Yeah it’s terminated because there’s no way I’m watching a 2+hour video of some dude yelling “Look at this thing made by humans! Isn’t it complicated??? It was designed! Look at this other thing made by humans! Isn’t it complicated??? It was designed! Therefore, everything we see in nature that is complicated was designed by a humanlike intelligence!” over really loud, annoying music and a bunch of stock footage.
 
Say what you want about it, the film is a masterpiece to me. You know what’s annoying? A T H E I S T S…

They’re really annoying, like stubbing your toe at night.

Ok, just watch the first 50 minutes, that’s everything that covers the scientific side of Torah, ok, there’s actually more he didn’t covered but its a good amount. Last shot, will you watch just 50 minutes?

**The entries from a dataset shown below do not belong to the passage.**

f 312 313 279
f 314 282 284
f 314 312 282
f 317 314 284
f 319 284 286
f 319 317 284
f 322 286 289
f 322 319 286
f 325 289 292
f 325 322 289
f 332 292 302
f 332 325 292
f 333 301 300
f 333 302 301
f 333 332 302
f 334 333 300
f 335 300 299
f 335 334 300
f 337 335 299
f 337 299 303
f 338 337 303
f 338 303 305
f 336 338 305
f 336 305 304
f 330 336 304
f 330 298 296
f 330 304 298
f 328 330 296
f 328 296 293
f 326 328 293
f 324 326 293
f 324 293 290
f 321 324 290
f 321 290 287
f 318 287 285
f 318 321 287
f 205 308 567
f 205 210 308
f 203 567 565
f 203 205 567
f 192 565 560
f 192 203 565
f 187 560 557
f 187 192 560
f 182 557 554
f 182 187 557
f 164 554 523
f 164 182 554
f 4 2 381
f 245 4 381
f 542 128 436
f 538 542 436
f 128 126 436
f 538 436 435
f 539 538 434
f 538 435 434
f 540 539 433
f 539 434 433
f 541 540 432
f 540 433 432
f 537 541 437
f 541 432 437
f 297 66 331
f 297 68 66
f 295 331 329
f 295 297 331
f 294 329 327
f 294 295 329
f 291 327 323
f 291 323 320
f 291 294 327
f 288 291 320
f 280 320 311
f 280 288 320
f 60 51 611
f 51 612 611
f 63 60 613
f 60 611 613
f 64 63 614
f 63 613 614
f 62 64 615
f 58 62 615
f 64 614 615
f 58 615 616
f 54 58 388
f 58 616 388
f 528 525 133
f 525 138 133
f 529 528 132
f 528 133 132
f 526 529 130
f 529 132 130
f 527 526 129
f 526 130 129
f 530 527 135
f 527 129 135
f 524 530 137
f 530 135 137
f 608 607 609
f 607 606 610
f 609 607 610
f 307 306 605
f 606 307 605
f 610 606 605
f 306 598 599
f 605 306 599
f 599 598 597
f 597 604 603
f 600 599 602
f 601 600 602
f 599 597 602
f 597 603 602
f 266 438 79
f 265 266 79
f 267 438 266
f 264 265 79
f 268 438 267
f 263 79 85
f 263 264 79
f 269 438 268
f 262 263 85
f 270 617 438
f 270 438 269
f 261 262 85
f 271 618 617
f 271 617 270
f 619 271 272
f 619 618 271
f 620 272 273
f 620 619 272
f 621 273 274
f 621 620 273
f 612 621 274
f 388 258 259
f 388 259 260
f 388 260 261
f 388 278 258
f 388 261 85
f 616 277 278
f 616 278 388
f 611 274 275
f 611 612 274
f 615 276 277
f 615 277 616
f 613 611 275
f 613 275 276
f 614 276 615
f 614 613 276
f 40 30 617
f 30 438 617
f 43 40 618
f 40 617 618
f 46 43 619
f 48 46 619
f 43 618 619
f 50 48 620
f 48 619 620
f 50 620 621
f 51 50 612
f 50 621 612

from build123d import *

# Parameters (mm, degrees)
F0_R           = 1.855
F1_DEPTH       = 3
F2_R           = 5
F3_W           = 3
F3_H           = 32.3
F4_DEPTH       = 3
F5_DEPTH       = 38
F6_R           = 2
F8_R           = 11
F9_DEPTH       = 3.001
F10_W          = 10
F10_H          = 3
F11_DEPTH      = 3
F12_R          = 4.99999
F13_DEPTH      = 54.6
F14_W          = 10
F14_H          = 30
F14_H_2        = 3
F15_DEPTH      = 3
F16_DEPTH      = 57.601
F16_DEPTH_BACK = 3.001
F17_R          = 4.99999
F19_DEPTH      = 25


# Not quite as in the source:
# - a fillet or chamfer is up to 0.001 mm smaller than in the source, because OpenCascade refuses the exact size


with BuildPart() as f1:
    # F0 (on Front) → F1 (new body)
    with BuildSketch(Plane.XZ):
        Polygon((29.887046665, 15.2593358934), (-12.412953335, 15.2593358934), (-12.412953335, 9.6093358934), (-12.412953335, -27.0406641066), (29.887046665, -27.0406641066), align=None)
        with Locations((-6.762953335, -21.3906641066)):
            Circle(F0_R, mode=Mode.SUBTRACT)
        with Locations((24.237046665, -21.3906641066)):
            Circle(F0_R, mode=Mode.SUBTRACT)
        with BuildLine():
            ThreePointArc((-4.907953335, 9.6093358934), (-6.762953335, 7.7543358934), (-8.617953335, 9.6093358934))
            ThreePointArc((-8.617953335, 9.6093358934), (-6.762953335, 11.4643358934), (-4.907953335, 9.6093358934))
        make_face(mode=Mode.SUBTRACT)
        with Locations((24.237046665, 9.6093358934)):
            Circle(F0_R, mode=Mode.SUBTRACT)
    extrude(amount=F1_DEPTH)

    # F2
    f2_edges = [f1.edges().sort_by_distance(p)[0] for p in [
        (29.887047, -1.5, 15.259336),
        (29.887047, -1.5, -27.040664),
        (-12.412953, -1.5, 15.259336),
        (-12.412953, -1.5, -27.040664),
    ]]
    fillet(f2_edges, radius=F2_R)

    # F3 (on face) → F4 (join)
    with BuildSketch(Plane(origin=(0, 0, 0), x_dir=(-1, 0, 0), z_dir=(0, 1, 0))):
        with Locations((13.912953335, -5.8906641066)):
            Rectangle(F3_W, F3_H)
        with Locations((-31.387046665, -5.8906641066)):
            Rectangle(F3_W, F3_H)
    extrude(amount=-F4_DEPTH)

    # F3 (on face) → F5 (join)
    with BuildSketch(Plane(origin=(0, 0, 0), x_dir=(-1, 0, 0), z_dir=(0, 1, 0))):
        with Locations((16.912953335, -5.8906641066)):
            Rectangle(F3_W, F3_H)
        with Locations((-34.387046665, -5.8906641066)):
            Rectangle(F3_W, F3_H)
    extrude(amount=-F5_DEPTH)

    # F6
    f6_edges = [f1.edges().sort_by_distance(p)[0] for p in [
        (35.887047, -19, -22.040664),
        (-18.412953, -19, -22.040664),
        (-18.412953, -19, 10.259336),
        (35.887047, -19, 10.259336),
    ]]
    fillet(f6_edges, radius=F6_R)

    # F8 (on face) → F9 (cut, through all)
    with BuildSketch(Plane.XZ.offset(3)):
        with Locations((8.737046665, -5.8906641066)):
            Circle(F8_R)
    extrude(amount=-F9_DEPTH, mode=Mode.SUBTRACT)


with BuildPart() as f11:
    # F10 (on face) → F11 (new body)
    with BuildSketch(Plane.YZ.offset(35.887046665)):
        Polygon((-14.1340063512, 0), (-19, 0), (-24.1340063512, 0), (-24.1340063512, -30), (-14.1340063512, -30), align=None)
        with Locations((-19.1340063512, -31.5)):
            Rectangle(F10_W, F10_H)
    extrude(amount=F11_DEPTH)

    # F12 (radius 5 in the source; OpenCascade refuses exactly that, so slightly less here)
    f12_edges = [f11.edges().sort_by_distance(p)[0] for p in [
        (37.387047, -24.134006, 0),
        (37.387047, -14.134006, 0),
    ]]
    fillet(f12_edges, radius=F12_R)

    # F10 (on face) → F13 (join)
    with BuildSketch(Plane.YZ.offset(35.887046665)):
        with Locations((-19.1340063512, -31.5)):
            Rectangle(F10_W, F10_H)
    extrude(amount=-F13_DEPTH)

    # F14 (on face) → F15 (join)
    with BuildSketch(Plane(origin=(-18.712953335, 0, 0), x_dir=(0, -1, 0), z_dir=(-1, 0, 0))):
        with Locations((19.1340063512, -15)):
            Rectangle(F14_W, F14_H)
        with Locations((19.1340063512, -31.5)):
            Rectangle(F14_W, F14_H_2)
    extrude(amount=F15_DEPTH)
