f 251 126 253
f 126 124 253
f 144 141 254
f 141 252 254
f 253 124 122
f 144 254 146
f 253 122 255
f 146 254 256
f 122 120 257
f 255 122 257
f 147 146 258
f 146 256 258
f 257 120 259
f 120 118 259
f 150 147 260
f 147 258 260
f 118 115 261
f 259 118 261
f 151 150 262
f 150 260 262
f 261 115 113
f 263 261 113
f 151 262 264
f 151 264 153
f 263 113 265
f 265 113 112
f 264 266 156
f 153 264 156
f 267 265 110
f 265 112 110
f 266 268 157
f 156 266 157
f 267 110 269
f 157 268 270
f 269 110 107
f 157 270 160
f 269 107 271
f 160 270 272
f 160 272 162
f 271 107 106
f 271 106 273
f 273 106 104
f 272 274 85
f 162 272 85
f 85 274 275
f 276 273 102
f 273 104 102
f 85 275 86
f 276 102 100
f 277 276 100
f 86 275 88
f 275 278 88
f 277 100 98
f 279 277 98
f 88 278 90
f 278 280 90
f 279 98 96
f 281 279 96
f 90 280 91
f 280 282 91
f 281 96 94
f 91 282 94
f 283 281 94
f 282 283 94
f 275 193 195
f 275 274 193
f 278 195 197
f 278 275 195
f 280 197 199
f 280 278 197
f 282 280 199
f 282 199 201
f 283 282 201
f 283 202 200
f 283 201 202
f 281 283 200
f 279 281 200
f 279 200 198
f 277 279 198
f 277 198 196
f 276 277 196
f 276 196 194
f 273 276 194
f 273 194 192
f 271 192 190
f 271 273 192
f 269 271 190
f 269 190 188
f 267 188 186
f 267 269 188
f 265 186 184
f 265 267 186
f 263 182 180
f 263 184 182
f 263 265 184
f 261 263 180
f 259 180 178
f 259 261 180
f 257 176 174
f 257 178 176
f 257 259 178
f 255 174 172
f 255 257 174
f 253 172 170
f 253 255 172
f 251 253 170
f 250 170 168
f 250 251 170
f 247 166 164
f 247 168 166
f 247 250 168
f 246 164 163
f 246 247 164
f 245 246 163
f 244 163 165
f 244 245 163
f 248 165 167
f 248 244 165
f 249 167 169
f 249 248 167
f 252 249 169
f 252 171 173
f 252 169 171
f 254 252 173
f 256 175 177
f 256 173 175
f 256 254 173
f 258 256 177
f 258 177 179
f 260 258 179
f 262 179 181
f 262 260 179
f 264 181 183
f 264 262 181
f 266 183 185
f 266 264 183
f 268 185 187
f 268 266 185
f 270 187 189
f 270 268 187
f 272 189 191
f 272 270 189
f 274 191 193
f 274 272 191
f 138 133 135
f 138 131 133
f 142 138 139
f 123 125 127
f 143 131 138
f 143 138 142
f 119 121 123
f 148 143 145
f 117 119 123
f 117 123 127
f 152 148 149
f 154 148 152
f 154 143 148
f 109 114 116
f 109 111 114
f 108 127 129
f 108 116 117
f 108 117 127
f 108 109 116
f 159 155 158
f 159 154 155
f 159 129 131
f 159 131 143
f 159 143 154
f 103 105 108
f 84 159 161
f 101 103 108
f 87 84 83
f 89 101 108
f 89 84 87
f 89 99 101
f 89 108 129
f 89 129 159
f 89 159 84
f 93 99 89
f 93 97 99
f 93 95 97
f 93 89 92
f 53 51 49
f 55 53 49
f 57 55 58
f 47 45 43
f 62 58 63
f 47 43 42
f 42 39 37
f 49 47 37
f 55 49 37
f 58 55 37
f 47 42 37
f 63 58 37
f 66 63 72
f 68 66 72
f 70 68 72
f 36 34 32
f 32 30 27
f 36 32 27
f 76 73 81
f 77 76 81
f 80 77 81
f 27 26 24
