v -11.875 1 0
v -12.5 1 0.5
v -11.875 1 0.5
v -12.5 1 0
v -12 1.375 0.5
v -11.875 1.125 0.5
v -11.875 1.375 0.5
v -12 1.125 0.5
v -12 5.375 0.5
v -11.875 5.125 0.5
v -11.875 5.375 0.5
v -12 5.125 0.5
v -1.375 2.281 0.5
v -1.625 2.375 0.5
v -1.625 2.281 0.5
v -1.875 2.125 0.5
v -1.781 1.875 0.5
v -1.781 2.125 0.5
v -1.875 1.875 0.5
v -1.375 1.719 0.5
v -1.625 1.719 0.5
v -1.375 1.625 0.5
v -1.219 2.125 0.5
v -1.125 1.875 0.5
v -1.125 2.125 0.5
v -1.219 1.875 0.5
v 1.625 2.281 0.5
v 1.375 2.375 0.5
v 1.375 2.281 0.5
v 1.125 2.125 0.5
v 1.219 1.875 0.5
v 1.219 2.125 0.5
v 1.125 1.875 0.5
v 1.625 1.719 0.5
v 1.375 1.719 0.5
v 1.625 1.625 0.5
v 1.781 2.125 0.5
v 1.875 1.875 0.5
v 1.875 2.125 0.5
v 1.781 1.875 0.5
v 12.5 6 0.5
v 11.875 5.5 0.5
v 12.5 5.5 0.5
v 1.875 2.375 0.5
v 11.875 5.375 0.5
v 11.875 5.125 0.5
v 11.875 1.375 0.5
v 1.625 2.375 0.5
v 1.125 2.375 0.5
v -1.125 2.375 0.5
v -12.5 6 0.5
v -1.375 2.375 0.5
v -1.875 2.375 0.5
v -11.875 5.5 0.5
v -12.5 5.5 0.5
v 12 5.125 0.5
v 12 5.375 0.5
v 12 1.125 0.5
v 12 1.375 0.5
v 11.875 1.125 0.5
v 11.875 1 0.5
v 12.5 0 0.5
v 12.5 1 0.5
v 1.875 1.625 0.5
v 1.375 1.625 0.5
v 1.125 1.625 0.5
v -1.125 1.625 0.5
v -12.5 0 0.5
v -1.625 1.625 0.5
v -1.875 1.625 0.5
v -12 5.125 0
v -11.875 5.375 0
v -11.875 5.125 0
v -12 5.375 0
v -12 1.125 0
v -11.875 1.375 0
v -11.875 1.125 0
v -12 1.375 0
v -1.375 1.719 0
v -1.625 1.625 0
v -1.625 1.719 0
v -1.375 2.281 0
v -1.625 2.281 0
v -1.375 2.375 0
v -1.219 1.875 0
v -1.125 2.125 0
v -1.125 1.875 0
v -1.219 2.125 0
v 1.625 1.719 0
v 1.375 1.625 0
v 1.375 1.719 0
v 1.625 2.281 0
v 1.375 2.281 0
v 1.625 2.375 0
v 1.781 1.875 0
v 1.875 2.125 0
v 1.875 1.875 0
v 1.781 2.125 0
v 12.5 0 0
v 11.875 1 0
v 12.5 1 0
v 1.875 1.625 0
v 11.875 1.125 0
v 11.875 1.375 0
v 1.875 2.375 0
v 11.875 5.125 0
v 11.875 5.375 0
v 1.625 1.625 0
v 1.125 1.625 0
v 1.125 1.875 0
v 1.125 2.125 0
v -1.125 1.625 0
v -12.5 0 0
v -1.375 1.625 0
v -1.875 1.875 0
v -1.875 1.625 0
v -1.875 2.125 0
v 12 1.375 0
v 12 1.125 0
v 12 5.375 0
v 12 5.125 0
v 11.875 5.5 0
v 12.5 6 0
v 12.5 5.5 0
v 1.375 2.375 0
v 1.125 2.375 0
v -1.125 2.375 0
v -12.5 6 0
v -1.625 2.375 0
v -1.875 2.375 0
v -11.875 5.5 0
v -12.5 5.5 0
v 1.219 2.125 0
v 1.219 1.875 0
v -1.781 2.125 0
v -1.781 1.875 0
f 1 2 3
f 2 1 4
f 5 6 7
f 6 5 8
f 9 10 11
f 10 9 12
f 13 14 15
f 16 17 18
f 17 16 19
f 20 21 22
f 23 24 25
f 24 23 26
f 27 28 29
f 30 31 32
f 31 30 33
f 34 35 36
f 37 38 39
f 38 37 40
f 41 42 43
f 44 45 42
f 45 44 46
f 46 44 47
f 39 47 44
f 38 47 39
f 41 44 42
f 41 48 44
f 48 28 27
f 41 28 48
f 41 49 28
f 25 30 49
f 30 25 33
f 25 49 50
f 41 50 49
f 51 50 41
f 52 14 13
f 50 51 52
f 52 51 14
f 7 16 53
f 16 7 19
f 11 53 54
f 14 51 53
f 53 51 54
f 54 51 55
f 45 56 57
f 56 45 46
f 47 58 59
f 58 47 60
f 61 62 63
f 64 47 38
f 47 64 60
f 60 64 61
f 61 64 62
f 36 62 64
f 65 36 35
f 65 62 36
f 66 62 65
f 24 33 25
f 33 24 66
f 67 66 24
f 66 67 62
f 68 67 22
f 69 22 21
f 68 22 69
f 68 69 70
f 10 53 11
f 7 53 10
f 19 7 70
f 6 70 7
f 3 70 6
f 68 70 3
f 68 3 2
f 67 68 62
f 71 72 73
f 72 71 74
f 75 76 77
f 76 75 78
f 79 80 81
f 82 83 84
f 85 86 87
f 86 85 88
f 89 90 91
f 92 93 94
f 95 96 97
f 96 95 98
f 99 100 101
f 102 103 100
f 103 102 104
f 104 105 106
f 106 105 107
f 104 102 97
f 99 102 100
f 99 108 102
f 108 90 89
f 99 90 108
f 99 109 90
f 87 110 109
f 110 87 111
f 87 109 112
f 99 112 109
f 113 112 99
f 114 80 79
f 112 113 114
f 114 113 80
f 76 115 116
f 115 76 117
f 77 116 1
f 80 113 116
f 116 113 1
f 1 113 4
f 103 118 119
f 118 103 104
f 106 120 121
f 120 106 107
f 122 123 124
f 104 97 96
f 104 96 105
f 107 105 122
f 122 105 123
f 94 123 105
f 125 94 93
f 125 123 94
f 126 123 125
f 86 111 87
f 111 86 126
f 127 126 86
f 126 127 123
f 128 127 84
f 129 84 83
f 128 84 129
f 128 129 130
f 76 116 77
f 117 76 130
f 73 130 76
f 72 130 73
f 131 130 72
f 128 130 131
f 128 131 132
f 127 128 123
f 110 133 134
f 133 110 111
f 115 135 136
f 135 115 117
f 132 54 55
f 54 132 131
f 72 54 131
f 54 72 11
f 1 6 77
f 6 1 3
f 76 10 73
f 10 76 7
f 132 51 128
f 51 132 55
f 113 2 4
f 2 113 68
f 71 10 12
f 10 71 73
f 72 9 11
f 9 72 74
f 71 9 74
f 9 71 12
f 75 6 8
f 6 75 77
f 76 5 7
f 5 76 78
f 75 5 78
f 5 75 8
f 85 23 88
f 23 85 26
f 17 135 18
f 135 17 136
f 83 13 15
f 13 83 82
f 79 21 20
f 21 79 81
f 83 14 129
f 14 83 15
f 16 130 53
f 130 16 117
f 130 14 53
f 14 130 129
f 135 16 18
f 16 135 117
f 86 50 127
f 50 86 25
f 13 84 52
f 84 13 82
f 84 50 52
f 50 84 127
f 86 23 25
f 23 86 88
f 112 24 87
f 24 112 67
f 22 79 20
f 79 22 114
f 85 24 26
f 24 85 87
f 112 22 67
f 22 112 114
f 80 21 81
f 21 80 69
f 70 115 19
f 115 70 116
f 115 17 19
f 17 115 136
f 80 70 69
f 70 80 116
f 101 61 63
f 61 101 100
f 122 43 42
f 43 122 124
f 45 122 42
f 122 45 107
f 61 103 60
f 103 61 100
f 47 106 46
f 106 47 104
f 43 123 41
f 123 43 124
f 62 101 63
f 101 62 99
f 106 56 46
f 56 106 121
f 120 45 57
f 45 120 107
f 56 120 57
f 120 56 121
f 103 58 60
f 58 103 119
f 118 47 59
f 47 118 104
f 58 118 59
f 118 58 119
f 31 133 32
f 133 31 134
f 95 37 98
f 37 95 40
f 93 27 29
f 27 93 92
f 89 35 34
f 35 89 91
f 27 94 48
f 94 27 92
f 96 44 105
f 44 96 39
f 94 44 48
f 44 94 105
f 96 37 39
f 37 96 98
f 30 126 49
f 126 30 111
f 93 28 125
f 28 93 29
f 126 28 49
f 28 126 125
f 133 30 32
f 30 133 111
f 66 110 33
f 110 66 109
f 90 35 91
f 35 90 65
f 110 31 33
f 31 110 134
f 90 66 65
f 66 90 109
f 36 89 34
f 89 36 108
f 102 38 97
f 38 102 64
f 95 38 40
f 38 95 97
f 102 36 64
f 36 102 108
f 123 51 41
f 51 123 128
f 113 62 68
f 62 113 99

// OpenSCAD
// file: modus.scad
//Corner Joint - allows the sides of two parts to create inlayed corner. Aids with welding.
//need to verify module math is the same throughout all parts.

module cornerjoint(Z,L,H,EndGap,PadL,PadH,CJangle,CJcenter){
    //change so that H = Z of inlayed part (usually 0.5)
    //add center and angle in degrees option, orgin far side of cut out area

     if((CJangle==0)&&(CJcenter==0))
      {    
        translate([0,0,0])
        rotate([0,0,CJangle])
        difference(){
        cube([L,H+PadH,Z]);
        translate([EndGap,H,0])
        cube([PadL,PadH,Z]);
        translate([L-EndGap-PadL,H,0])
        cube([PadL,PadH,Z]);}
      }    
else if((CJangle==90)&&(CJcenter==0))
      {    
        translate([H+PadH,0,0])
        rotate([0,0,CJangle])
        difference(){
        cube([L,H+PadH,Z]);
        translate([EndGap,H,0])
        cube([PadL,PadH,Z]);
        translate([L-EndGap-PadL,H,0])
        cube([PadL,PadH,Z]);}
      }
else if((CJangle==180)&&(CJcenter==0))       
      {    
        translate([L,H+PadH,0])
        rotate([0,0,CJangle])
        difference(){
        cube([L,H+PadH,Z]);
        translate([EndGap,H,0])
        cube([PadL,PadH,Z]);
        translate([L-EndGap-PadL,H,0])
        cube([PadL,PadH,Z]);}
      }
else if((CJangle==270)&&(CJcenter==0))
      {    
        translate([0,L,0])
        rotate([0,0,CJangle])
        difference(){
        cube([L,H+PadH,Z]);
        translate([EndGap,H,0])
        cube([PadL,PadH,Z]);
        translate([L-EndGap-PadL,H,0])
        cube([PadL,PadH,Z]);}
      }  
      
//centered     
   
else if((CJangle==0)&&(CJcenter==1))
      {    
        translate([-L/2,0,0])
        rotate([0,0,CJangle])
        difference(){
        cube([L,H+PadH,Z]);
        translate([EndGap,H,0])
        cube([PadL,PadH,Z]);
        translate([L-EndGap-PadL,H,0])
        cube([PadL,PadH,Z]);}
      }  
else if((CJangle==90)&&(CJcenter==1))
      {    
        translate([0,-L/2,0])
        rotate([0,0,CJangle])
        difference(){
        cube([L,H+PadH,Z]);
        translate([EndGap,H,0])
        cube([PadL,PadH,Z]);
        translate([L-EndGap-PadL,H,0])
        cube([PadL,PadH,Z]);}
      }
else if((CJangle==180)&&(CJcenter==1))       
      {    
        translate([L/2,0,0])
        rotate([0,0,CJangle])
        difference(){
        cube([L,H+PadH,Z]);
        translate([EndGap,H,0])
        cube([PadL,PadH,Z]);
        translate([L-EndGap-PadL,H,0])
        cube([PadL,PadH,Z]);}
      }
else if((CJangle==270)&&(CJcenter==1))
      {    
        translate([0,L/2,0])
        rotate([0,0,CJangle])
        difference(){
        cube([L,H+PadH,Z]);
        translate([EndGap,H,0])
        cube([PadL,PadH,Z]);
        translate([L-EndGap-PadL,H,0])
        cube([PadL,PadH,Z]);}
      }
} //end cornerjoint module

//Tab Insert - used to cut a hole for an abutting part to insert into. Typically aids with welding the two parts.
module tabinsert(X,Y,Z,dGap,cGap,c1,c2,c3,c4,c5,c6,c7,c8,center){
    translate([-dGap-(center*(X/2)),-dGap-(center*(Y/2)),0]){
        //main cut
        cube([X+(dGap*2),Y+(dGap*2),Z]);
        //corner c1c2
        translate([-cGap,(Y+(dGap*2))-c1+cGap,0])
            {
        cube([c2,c1,Z]);}
       //corner c3c4
       translate([(X+(dGap*2))-c3+cGap,(Y+(dGap*2))-c4+cGap,0]){
           cube([c3,c4,Z]);
       }
       //corner c5c6
       translate([(X+(dGap*2))-c6+cGap,-cGap,0])
      {
          cube([c6,c5,Z]);
      }
       
       //corner c7c8 
       translate([-cGap,-cGap,0]){
           cube([c7,c8,Z]);
       }
    
    } //end center translate
} //end tabinsert module
 

module nut(flattoflat,nutheight){  //distance from one flat side to the other flat side "A/F"

//typical sizes found here:
//https://en.wikipedia.org/wiki/Nut_(hardware)

difference(){
    translate([0,0,nutheight/2])
cube(size = [10,10,nutheight], center = true);
    
for(i=[1:6]){
    rotate([0,0,i*60])
difference(){
    translate([-10,0,0])
    cube([20,20,nutheight]);
    translate([-10,0,0])
    cube([20,flattoflat/2,nutheight]);
}  //end difference
}  //end for
}  //end differeence
}  //end module
// file: vars.scad
brickW=6; 
brickL=24;
brickCH=6; //Is brick height being shortened by d1z??

//3.625 x 2.25 x 8
//6 x 12 x 6

grateX=56;
grateY=23;
grateH=37; //Height mounted above press's frame
grateA=17.5; //angle of grate

//grateX=56;
//grateY=23;
//grateH=37; //Height mounted above press's frame
//grateA=17.5; //angle of grate


$fn=8; //defines resolution of circles. 8 is okay for review. 100  or greater should be used for for final dxf export.

dZstandard=0.5; //thickness of steel to be cut for drawer parts
fZstandard=0.5;
aZstandard=0.5; //thickness of steel to be cut for arm parts
hZstandard=0.125;

fBOLTHOLEstandardD=1; //standard bolts used on frame
aBOLTHOLEstandardD=1;

sliderodholeOD=1.2; 
d1bushingOD=1.25;
d1bushingL=1.25;
d1shaftOD=1;
d1bolt1OD=1;
d1bolt2OD=0.75;
d1nut2AF=1.25;
d1nut2H=0.665;


dGap=0.03125; //gap between a hole cut's edge and the part sitting within the hole. //D3 appears to use 0.3125, is this in error?

//all parts set to standard thickness below
//off standard preferences can be defined below

//drawer
drawergap=0.0283;  //extra room for drawer to slide in the space between f1 and f4
drawerHgap=0.1884;  //total extra space from drawer sides to frame walls. sum of both sides.

d2clevispinaccessholeOD=3;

We all know the design argument is the best by the way. No one can answer against it. Not even you.
 
Isn’t it complicated??? It was designed! Look at this other thing made by humans! Isn’t it complicated??
Just look at a plant cell, all the little parts. That made itself? Haha! What, you take me for a fool?
 
You are happy to live in a cold, dark universe where there is no love, no hope. It’s why we Jews stay away as best we can from debating your type. It does nothing. Meanwhile, we people of faith will go on living a life of hope and warmth, knowing Hashem exists. There is no reason to argue with atheists, they’re minds are made up.

Just remember this: you cannot prove G-d anymore than you can disprove Him. You should replicate us, we show mercy and warmth towards everyone because we believe in making the world a better place.